With chatbots gaining popularity in the application of AI, it's essential to ensure that the information these bots offer users is accurate. If your business makes use of chatbot features, you must test the chatbot's functional and nonfunctional components.

• Domain testing: Chatbots are designed to handle specific domains or topics. Domain testing involves thoroughly testing the chatbot on optimistic scenarios related to its designated domain. This ensures the chatbot understands and responds accurately to queries within its intended scope.
• Limit testing: Limit testing assesses how a chatbot handles inappropriate or unexpected user inputs. This involves testing the chatbot's response to invalid or nonsensical questions and identifying the outcome when the chatbot encounters failure or errors. Limit testing helps uncover potential vulnerabilities and improves error handling and user experience.
• Conversational factors: Chatbots rely on conversation flows to provide meaningful and engaging interactions. Validating different conversation flows is crucial to evaluating the chatbot's responses across various scenarios. This includes assessing the chatbot's ability to understand user intent, handle multiple turns in a conversation, and provide relevant and coherent responses. Evaluating conversational factors helps optimize the chatbot's conversational skills and enhances the user experience.

10. Robotics Testing

Robotics testing simulates real-world scenarios and evaluates the behavior of systems or algorithms in these scenarios. Simulation-based behavior testing includes algorithm debugging, object detection, response testing, and validating defined goals.

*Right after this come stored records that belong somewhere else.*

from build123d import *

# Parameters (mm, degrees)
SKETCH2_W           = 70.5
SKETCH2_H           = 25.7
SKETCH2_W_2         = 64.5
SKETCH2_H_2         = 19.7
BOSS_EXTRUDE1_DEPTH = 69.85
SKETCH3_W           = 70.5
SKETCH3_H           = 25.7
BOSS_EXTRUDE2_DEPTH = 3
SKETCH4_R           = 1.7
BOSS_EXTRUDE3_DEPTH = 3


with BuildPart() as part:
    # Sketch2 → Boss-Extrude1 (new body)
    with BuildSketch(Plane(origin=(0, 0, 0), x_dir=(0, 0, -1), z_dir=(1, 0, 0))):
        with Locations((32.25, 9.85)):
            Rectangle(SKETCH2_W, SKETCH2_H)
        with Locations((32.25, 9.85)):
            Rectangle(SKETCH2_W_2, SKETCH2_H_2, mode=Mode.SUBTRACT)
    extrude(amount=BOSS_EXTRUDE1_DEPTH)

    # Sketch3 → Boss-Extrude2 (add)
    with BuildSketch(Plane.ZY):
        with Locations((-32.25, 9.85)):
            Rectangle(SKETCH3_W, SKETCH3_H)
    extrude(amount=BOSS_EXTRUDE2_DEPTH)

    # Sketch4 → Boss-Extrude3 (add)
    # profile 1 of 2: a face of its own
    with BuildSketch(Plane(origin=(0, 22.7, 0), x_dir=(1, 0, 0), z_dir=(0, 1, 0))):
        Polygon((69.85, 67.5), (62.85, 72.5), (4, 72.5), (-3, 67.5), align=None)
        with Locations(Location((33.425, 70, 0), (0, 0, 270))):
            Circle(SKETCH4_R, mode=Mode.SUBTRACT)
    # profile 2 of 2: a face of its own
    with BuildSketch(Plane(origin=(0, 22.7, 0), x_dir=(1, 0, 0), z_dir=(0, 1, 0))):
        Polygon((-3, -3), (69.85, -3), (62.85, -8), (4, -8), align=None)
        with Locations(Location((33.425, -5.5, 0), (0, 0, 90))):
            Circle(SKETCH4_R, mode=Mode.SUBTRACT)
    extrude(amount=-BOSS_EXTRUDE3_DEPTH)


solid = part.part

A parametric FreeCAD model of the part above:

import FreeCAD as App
import Part
import Sketcher
Q = App.Units.Quantity

doc = App.newDocument("Part")
body = doc.addObject("PartDesign::Body", "Body")

# Sketch on YZ plane
sketch1 = body.newObject("Sketcher::SketchObject", "Sketch")
sketch1.AttachmentSupport = (doc.getObject("YZ_Plane"), [""])
sketch1.MapMode = "FlatFace"
sketch1.addGeometry(Part.LineSegment(App.Vector(23, 3, 0), App.Vector(-3, 3, 0)), False)
sketch1.addGeometry(Part.LineSegment(App.Vector(-3, 3, 0), App.Vector(-3, -68, 0)), False)
sketch1.addGeometry(Part.LineSegment(App.Vector(-3, -68, 0), App.Vector(23, -68, 0)), False)
sketch1.addGeometry(Part.LineSegment(App.Vector(23, -68, 0), App.Vector(23, 3, 0)), False)
sketch1.addGeometry(Part.LineSegment(App.Vector(0, -64, 0), App.Vector(0, 0, 0)), False)
sketch1.addGeometry(Part.LineSegment(App.Vector(0, 0, 0), App.Vector(20, 0, 0)), False)
sketch1.addGeometry(Part.LineSegment(App.Vector(20, 0, 0), App.Vector(20, -64, 0)), False)
sketch1.addGeometry(Part.LineSegment(App.Vector(20, -64, 0), App.Vector(0, -64, 0)), False)
sketch1.addConstraint(Sketcher.Constraint("Coincident", 0, 2, 1, 1))
sketch1.addConstraint(Sketcher.Constraint("Coincident", 1, 2, 2, 1))
sketch1.addConstraint(Sketcher.Constraint("Coincident", 2, 2, 3, 1))
sketch1.addConstraint(Sketcher.Constraint("Coincident", 3, 2, 0, 1))
sketch1.addConstraint(Sketcher.Constraint("Coincident", 4, 2, 5, 1))
sketch1.addConstraint(Sketcher.Constraint("Coincident", 5, 2, 6, 1))
sketch1.addConstraint(Sketcher.Constraint("Coincident", 6, 2, 7, 1))
sketch1.addConstraint(Sketcher.Constraint("Coincident", 7, 2, 4, 1))
sketch1.addConstraint(Sketcher.Constraint("Horizontal", 0))
sketch1.addConstraint(Sketcher.Constraint("Vertical", 1))
sketch1.addConstraint(Sketcher.Constraint("Horizontal", 2))
sketch1.addConstraint(Sketcher.Constraint("Vertical", 3))
sketch1.addConstraint(Sketcher.Constraint("Vertical", 4))
sketch1.addConstraint(Sketcher.Constraint("Horizontal", 5))
sketch1.addConstraint(Sketcher.Constraint("Vertical", 6))
sketch1.addConstraint(Sketcher.Constraint("Horizontal", 7))
sketch1.addConstraint(Sketcher.Constraint("Coincident", 4, 2, -1, 1))
sketch1.addConstraint(Sketcher.Constraint("DistanceX", 0, 2, 0, 1, Q("25.7 mm")))
sketch1.addConstraint(Sketcher.Constraint("DistanceX", 5, 1, 5, 2, Q("19.7 mm")))
sketch1.addConstraint(Sketcher.Constraint("DistanceY", 1, 2, 1, 1, Q("70.5 mm")))
sketch1.addConstraint(Sketcher.Constraint("DistanceY", 4, 1, 4, 2, Q("64.5 mm")))
sketch1.addConstraint(Sketcher.Constraint("DistanceX", 0, 2, -1, 1, Q("3 mm")))
sketch1.addConstraint(Sketcher.Constraint("DistanceY", -1, 1, 0, 2, Q("3 mm")))
pad1 = body.newObject("PartDesign::Pad", "Pad")
pad1.Profile = sketch1
pad1.Length = 69.85

# Sketch on YZ plane
sketch2 = body.newObject("Sketcher::SketchObject", "Sketch001")
sketch2.AttachmentSupport = (doc.getObject("YZ_Plane"), [""])
sketch2.MapMode = "FlatFace"
sketch2.addGeometry(Part.LineSegment(App.Vector(23, -68, 0), App.Vector(-3, -68, 0)), False)
sketch2.addGeometry(Part.LineSegment(App.Vector(-3, -68, 0), App.Vector(-3, 3, 0)), False)
sketch2.addGeometry(Part.LineSegment(App.Vector(-3, 3, 0), App.Vector(23, 3, 0)), False)
sketch2.addGeometry(Part.LineSegment(App.Vector(23, 3, 0), App.Vector(23, -68, 0)), False)
sketch2.addConstraint(Sketcher.Constraint("Coincident", 0, 2, 1, 1))
sketch2.addConstraint(Sketcher.Constraint("Coincident", 1, 2, 2, 1))
sketch2.addConstraint(Sketcher.Constraint("Coincident", 2, 2, 3, 1))
sketch2.addConstraint(Sketcher.Constraint("Coincident", 3, 2, 0, 1))
sketch2.addConstraint(Sketcher.Constraint("Horizontal", 0))
sketch2.addConstraint(Sketcher.Constraint("Vertical", 1))
sketch2.addConstraint(Sketcher.Constraint("Horizontal", 2))
sketch2.addConstraint(Sketcher.Constraint("Vertical", 3))
sketch2.addConstraint(Sketcher.Constraint("DistanceX", 0, 2, 0, 1, Q("25.7 mm")))
sketch2.addConstraint(Sketcher.Constraint("DistanceY", 1, 1, 1, 2, Q("70.5 mm")))
sketch2.addConstraint(Sketcher.Constraint("DistanceX", 0, 2, -1, 1, Q("3 mm")))
sketch2.addConstraint(Sketcher.Constraint("DistanceY", -1, 1, 1, 2, Q("3 mm")))
pad2 = body.newObject("PartDesign::Pad", "Pad001")
pad2.Profile = sketch2
pad2.Length = 3
pad2.Reversed = True

# Sketch on XZ plane
sketch3 = body.newObject("Sketcher::SketchObject", "Sketch002")
sketch3.AttachmentSupport = (doc.getObject("XZ_Plane"), [""])
sketch3.MapMode = "FlatFace"
sketch3.AttachmentOffset = App.Placement(App.Vector(0, 0, -22.7), App.Rotation())
sketch3.addGeometry(Part.LineSegment(App.Vector(69.8, -67.5, 0), App.Vector(62.9, -72.5, 0)), False)
sketch3.addGeometry(Part.LineSegment(App.Vector(62.9, -72.5, 0), App.Vector(4, -72.5, 0)), False)
sketch3.addGeometry(Part.LineSegment(App.Vector(4, -72.5, 0), App.Vector(-3, -67.5, 0)), False)
sketch3.addGeometry(Part.LineSegment(App.Vector(-3, -67.5, 0), App.Vector(69.8, -67.5, 0)), False)
sketch3.addGeometry(Part.Circle(App.Vector(33.4, -70, 0), App.Vector(0, 0, 1), 1.7), False)
sketch3.addGeometry(Part.LineSegment(App.Vector(69.8, 3, 0), App.Vector(-3, 3, 0)), False)
sketch3.addGeometry(Part.LineSegment(App.Vector(-3, 3, 0), App.Vector(4, 8, 0)), False)
sketch3.addGeometry(Part.LineSegment(App.Vector(4, 8, 0), App.Vector(62.9, 8, 0)), False)
sketch3.addGeometry(Part.LineSegment(App.Vector(62.9, 8, 0), App.Vector(69.8, 3, 0)), False)
sketch3.addGeometry(Part.Circle(App.Vector(33.4, 5.5, 0), App.Vector(0, 0, 1), 1.7), False)
sketch3.addConstraint(Sketcher.Constraint("Coincident", 0, 2, 1, 1))
sketch3.addConstraint(Sketcher.Constraint("Coincident", 1, 2, 2, 1))
sketch3.addConstraint(Sketcher.Constraint("Coincident", 2, 2, 3, 1))
sketch3.addConstraint(Sketcher.Constraint("Coincident", 3, 2, 0, 1))
sketch3.addConstraint(Sketcher.Constraint("Coincident", 5, 2, 6, 1))
sketch3.addConstraint(Sketcher.Constraint("Coincident", 6, 2, 7, 1))
sketch3.addConstraint(Sketcher.Constraint("Coincident", 7, 2, 8, 1))
sketch3.addConstraint(Sketcher.Constraint("Coincident", 8, 2, 5, 1))
sketch3.addConstraint(Sketcher.Constraint("Horizontal", 1))
sketch3.addConstraint(Sketcher.Constraint("Horizontal", 3))
sketch3.addConstraint(Sketcher.Constraint("Horizontal", 5))
sketch3.addConstraint(Sketcher.Constraint("Horizontal", 7))
sketch3.addConstraint(Sketcher.Constraint("Equal", 4, 9))
sketch3.addConstraint(Sketcher.Constraint("Parallel", 0, 6))
sketch3.addConstraint(Sketcher.Constraint("Parallel", 2, 8))
sketch3.addConstraint(Sketcher.Constraint("Vertical", 4, 3, 9, 3))
sketch3.addConstraint(Sketcher.Constraint("Vertical", 2, 2, 5, 2))
sketch3.addConstraint(Sketcher.Constraint("Vertical", 1, 2, 6, 2))
sketch3.addConstraint(Sketcher.Constraint("Vertical", 0, 2, 7, 2))
sketch3.addConstraint(Sketcher.Constraint("Vertical", 3, 2, 8, 2))
sketch3.addConstraint(Sketcher.Constraint("Diameter", 4, Q("3.4 mm")))
sketch3.addConstraint(Sketcher.Constraint("DistanceY", 4, 3, -1, 1, Q("70 mm")))
sketch3.addConstraint(Sketcher.Constraint("DistanceX", -1, 1, 1, 2, Q("4 mm")))
sketch3.addConstraint(Sketcher.Constraint("DistanceX", 2, 2, -1, 1, Q("3 mm")))
sketch3.addConstraint(Sketcher.Constraint("DistanceY", -1, 1, 5, 2, Q("3 mm")))
sketch3.addConstraint(Sketcher.Constraint("DistanceY", -1, 1, 6, 2, Q("8 mm")))
sketch3.addConstraint(Sketcher.Constraint("DistanceY", 0, 2, 9, 3, Q("78 mm")))
sketch3.addConstraint(Sketcher.Constraint("DistanceX", 1, 2, 1, 1, Q("58.85 mm")))
sketch3.addConstraint(Sketcher.Constraint("DistanceY", -1, 1, 9, 3, Q("5.5 mm")))
sketch3.addConstraint(Sketcher.Constraint("DistanceX", -1, 1, 4, 3, Q("33.425 mm")))
pad3 = body.newObject("PartDesign::Pad", "Pad002")
pad3.Profile = sketch3
pad3.Length = 3

doc.recompute()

To ensure comprehensive testing, you should employ both low-fidelity 2D simulations and high-fidelity 3D simulations. Use the former for module-level behavior testing and the latter for system-level behavior testing. This allows you to examine different levels of complexity and accuracy in the simulations.

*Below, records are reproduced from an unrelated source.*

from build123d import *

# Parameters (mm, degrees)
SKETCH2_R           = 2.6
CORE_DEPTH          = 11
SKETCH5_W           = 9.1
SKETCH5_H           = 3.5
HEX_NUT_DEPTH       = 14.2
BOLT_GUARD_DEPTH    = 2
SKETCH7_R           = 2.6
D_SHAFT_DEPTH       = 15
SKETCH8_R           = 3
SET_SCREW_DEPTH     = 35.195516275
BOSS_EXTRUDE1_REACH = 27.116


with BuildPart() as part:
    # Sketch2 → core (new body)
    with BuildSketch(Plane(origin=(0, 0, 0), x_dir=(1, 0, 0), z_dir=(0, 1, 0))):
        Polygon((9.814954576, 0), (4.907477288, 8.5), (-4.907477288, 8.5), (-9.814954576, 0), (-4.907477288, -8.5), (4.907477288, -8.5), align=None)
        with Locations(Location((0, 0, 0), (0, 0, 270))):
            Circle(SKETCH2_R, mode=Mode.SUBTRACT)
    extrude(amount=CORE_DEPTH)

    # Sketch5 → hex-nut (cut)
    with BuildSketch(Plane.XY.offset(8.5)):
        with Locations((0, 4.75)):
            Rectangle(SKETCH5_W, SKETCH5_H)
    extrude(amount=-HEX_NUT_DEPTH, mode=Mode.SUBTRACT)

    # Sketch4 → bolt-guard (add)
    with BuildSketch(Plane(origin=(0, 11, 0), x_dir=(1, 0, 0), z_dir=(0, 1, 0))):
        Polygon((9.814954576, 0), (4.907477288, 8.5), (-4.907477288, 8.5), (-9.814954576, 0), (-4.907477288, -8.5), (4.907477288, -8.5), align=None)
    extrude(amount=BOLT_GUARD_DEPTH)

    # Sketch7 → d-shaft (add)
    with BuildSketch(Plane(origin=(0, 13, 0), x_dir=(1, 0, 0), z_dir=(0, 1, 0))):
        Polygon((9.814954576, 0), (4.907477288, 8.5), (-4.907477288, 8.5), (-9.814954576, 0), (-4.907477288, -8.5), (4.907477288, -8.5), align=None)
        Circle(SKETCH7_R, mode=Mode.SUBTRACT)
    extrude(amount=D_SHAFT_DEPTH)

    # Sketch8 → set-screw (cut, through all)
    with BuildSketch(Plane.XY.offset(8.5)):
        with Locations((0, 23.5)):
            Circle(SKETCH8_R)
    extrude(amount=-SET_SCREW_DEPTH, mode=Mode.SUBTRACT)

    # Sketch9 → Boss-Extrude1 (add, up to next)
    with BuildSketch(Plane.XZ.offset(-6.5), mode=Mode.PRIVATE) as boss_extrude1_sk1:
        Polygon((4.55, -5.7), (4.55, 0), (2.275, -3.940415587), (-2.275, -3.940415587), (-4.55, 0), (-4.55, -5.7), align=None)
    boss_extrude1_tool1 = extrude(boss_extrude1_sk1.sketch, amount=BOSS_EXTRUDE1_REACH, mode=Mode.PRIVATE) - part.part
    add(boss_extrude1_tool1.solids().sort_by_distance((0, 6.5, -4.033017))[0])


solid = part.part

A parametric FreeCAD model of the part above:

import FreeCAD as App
import Part
import Sketcher

V = App.Vector
Q = App.Units.Quantity


def add_polygon(sketch, points):
    """Adds a closed chain of lines whose ends are joined by coincident constraints."""
    first, n = sketch.GeometryCount, len(points)
    for a, b in zip(points, points[1:] + points[:1]):
        sketch.addGeometry(Part.LineSegment(App.Vector(*a, 0), App.Vector(*b, 0)), False)
    for i in range(n):
        sketch.addConstraint(Sketcher.Constraint("Coincident", first + i, 2, first + (i + 1) % n, 1))

doc = App.newDocument("Part")
body = doc.addObject("PartDesign::Body", "Body")

# Sketch on XZ plane
sketch1 = body.newObject("Sketcher::SketchObject", "Sketch")
sketch1.AttachmentSupport = (doc.getObject("XZ_Plane"), [""])
sketch1.MapMode = "FlatFace"
add_polygon(sketch1, [(9.8, 0), (4.9, -8.5), (-4.9, -8.5), (-9.8, 0), (-4.9, 8.5), (4.9, 8.5)])  # lines 0-5
sketch1.addGeometry(Part.Circle(V(0, 0, 0), V(0, 0, 1), 2.6), False)  # 6
sketch1.addConstraint(Sketcher.Constraint("Horizontal", 1))
sketch1.addConstraint(Sketcher.Constraint("Horizontal", 4))
sketch1.addConstraint(Sketcher.Constraint("Coincident", 6, 3, -1, 1))
sketch1.addConstraint(Sketcher.Constraint("Symmetric", 0, 2, 3, 2, -1, 1))
sketch1.addConstraint(Sketcher.Constraint("Symmetric", 2, 2, 5, 2, -1, 1))
sketch1.addConstraint(Sketcher.Constraint("PointOnObject", 2, 2, -1))
sketch1.addConstraint(Sketcher.Constraint("Parallel", 2, 5))
sketch1.addConstraint(Sketcher.Constraint("Vertical", 1, 2, 3, 2))
sketch1.addConstraint(Sketcher.Constraint("Diameter", 6, Q("5.2 mm")))
sketch1.addConstraint(Sketcher.Constraint("Angle", 0, Q("-120 deg")))
sketch1.addConstraint(Sketcher.Constraint("DistanceY", 1, 2, 3, 2, Q("17 mm")))
sketch1.addConstraint(Sketcher.Constraint("DistanceX", 1, 2, 1, 1, Q("9.814955 mm")))
pad1 = body.newObject("PartDesign::Pad", "Pad")
pad1.Profile = sketch1
pad1.Length = 11
pad1.Reversed = True

# Sketch on XY plane
sketch2 = body.newObject("Sketcher::SketchObject", "Sketch001")
sketch2.AttachmentSupport = (doc.getObject("XY_Plane"), [""])
sketch2.MapMode = "FlatFace"
sketch2.AttachmentOffset = App.Placement(V(0, 0, 8.5), App.Rotation())
add_polygon(sketch2, [(-4.5, 6.5), (-4.5, 3), (4.5, 3), (4.5, 6.5)])  # lines 0-3
sketch2.addConstraint(Sketcher.Constraint("Vertical", 0))
sketch2.addConstraint(Sketcher.Constraint("Horizontal", 1))
sketch2.addConstraint(Sketcher.Constraint("Vertical", 2))
sketch2.addConstraint(Sketcher.Constraint("Horizontal", 3))
sketch2.addConstraint(Sketcher.Constraint("DistanceX", 1, 1, 1, 2, Q("9.1 mm")))
sketch2.addConstraint(Sketcher.Constraint("DistanceY", 0, 2, 0, 1, Q("3.5 mm")))
sketch2.addConstraint(Sketcher.Constraint("DistanceY", -1, 1, 0, 2, Q("3 mm")))
sketch2.addConstraint(Sketcher.Constraint("DistanceX", 0, 2, -1, 1, Q("4.55 mm")))
pocket1 = body.newObject("PartDesign::Pocket", "Pocket")
pocket1.Profile = sketch2
pocket1.Length = 14.2

# Sketch on XZ plane
sketch3 = body.newObject("Sketcher::SketchObject", "Sketch002")
sketch3.AttachmentSupport = (doc.getObject("XZ_Plane"), [""])
sketch3.MapMode = "FlatFace"
sketch3.AttachmentOffset = App.Placement(V(0, 0, -11), App.Rotation())
add_polygon(sketch3, [(10, 0), (5, -8), (-5, -8), (-10, 0), (-5, 8), (5, 8)])  # lines 0-5
sketch3.addConstraint(Sketcher.Constraint("Horizontal", 1))
sketch3.addConstraint(Sketcher.Constraint("Horizontal", 4))
sketch3.addConstraint(Sketcher.Constraint("Symmetric", 0, 2, 3, 2, -1, 1))
sketch3.addConstraint(Sketcher.Constraint("Symmetric", 2, 2, 5, 2, -1, 1))
sketch3.addConstraint(Sketcher.Constraint("PointOnObject", 2, 2, -1))
sketch3.addConstraint(Sketcher.Constraint("Parallel", 2, 5))
sketch3.addConstraint(Sketcher.Constraint("Vertical", 1, 2, 3, 2))
sketch3.addConstraint(Sketcher.Constraint("Angle", 0, Q("-120 deg")))
sketch3.addConstraint(Sketcher.Constraint("DistanceY", 1, 2, 3, 2, Q("17 mm")))
sketch3.addConstraint(Sketcher.Constraint("DistanceX", 1, 2, 1, 1, Q("9.814955 mm")))
pad2 = body.newObject("PartDesign::Pad", "Pad001")
pad2.Profile = sketch3
pad2.Length = 2
pad2.Reversed = True

# Sketch on XZ plane
sketch4 = body.newObject("Sketcher::SketchObject", "Sketch003")
sketch4.AttachmentSupport = (doc.getObject("XZ_Plane"), [""])
sketch4.MapMode = "FlatFace"
sketch4.AttachmentOffset = App.Placement(V(0, 0, -13), App.Rotation())
add_polygon(sketch4, [(9.8, 0), (4.9, -8.5), (-4.9, -8.5), (-9.8, 0), (-4.9, 8.5), (4.9, 8.5)])  # lines 0-5
sketch4.addGeometry(Part.Circle(V(0, 0, 0), V(0, 0, 1), 2.6), False)  # 6
sketch4.addConstraint(Sketcher.Constraint("Horizontal", 1))
sketch4.addConstraint(Sketcher.Constraint("Horizontal", 4))
sketch4.addConstraint(Sketcher.Constraint("Coincident", 6, 3, -1, 1))
sketch4.addConstraint(Sketcher.Constraint("Symmetric", 0, 2, 3, 2, -1, 1))
sketch4.addConstraint(Sketcher.Constraint("Symmetric", 2, 2, 5, 2, -1, 1))
sketch4.addConstraint(Sketcher.Constraint("PointOnObject", 2, 2, -1))
sketch4.addConstraint(Sketcher.Constraint("Parallel", 2, 5))
sketch4.addConstraint(Sketcher.Constraint("Vertical", 1, 2, 3, 2))
sketch4.addConstraint(Sketcher.Constraint("Diameter", 6, Q("5.2 mm")))
sketch4.addConstraint(Sketcher.Constraint("Angle", 0, Q("-120 deg")))
sketch4.addConstraint(Sketcher.Constraint("DistanceY", 1, 2, 3, 2, Q("17 mm")))
sketch4.addConstraint(Sketcher.Constraint("DistanceX", 1, 2, 1, 1, Q("9.814955 mm")))
pad3 = body.newObject("PartDesign::Pad", "Pad002")
pad3.Profile = sketch4
pad3.Length = 15
pad3.Reversed = True

# Sketch on XY plane
sketch5 = body.newObject("Sketcher::SketchObject", "Sketch004")
sketch5.AttachmentSupport = (doc.getObject("XY_Plane"), [""])
sketch5.MapMode = "FlatFace"
sketch5.AttachmentOffset = App.Placement(V(0, 0, 8.5), App.Rotation())
sketch5.addGeometry(Part.Circle(V(0, 23.5, 0), V(0, 0, 1), 3), False)
sketch5.addConstraint(Sketcher.Constraint("PointOnObject", 0, 3, -2))
sketch5.addConstraint(Sketcher.Constraint("Diameter", 0, Q("6 mm")))
sketch5.addConstraint(Sketcher.Constraint("DistanceY", -1, 1, 0, 3, Q("23.5 mm")))
pocket2 = body.newObject("PartDesign::Pocket", "Pocket001")
pocket2.Profile = sketch5
pocket2.Type = "ThroughAll"

# Sketch on XZ plane
sketch6 = body.newObject("Sketcher::SketchObject", "Sketch005")
sketch6.AttachmentSupport = (doc.getObject("XZ_Plane"), [""])
sketch6.MapMode = "FlatFace"
sketch6.AttachmentOffset = App.Placement(V(0, 0, -6.5), App.Rotation())
add_polygon(sketch6, [(4.5, -5.7), (4.5, 0), (2.3, -3.9), (-2.3, -3.9), (-4.5, 0), (-4.5, -5.7)])  # lines 0-5
sketch6.addConstraint(Sketcher.Constraint("Vertical", 0))
sketch6.addConstraint(Sketcher.Constraint("Horizontal", 2))
sketch6.addConstraint(Sketcher.Constraint("Vertical", 4))
sketch6.addConstraint(Sketcher.Constraint("Horizontal", 5))
sketch6.addConstraint(Sketcher.Constraint("Symmetric", 0, 2, 3, 2, -1, 1))
sketch6.addConstraint(Sketcher.Constraint("PointOnObject", 0, 2, -1))
sketch6.addConstraint(Sketcher.Constraint("Equal", 1, 3))
sketch6.addConstraint(Sketcher.Constraint("Angle", 1, Q("-120 deg")))
sketch6.addConstraint(Sketcher.Constraint("DistanceX", 5, 1, 5, 2, Q("9.1 mm")))
sketch6.addConstraint(Sketcher.Constraint("DistanceY", 0, 1, 0, 2, Q("5.7 mm")))
sketch6.addConstraint(Sketcher.Constraint("DistanceX", 2, 2, 2, 1, Q("4.55 mm")))
pad4 = body.newObject("PartDesign::Pad", "Pad003")
pad4.Profile = sketch6
pad4.Type = "UpToFirst"

doc.recompute()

The process also tests hardware availability scenarios and hardware unavailability scenarios. These scenarios evaluate the behavior and performance of the system or algorithm under varying hardware conditions, ensuring robustness and adaptability in different environments.

Prioritize Your AI Application Testing  

The rapidly evolving landscape of software applications calls for innovative approaches to AI application testing. If your business uses or offers AI solutions, you must prioritize comprehensive testing methodologies to ensure accuracy, security, and inclusivity.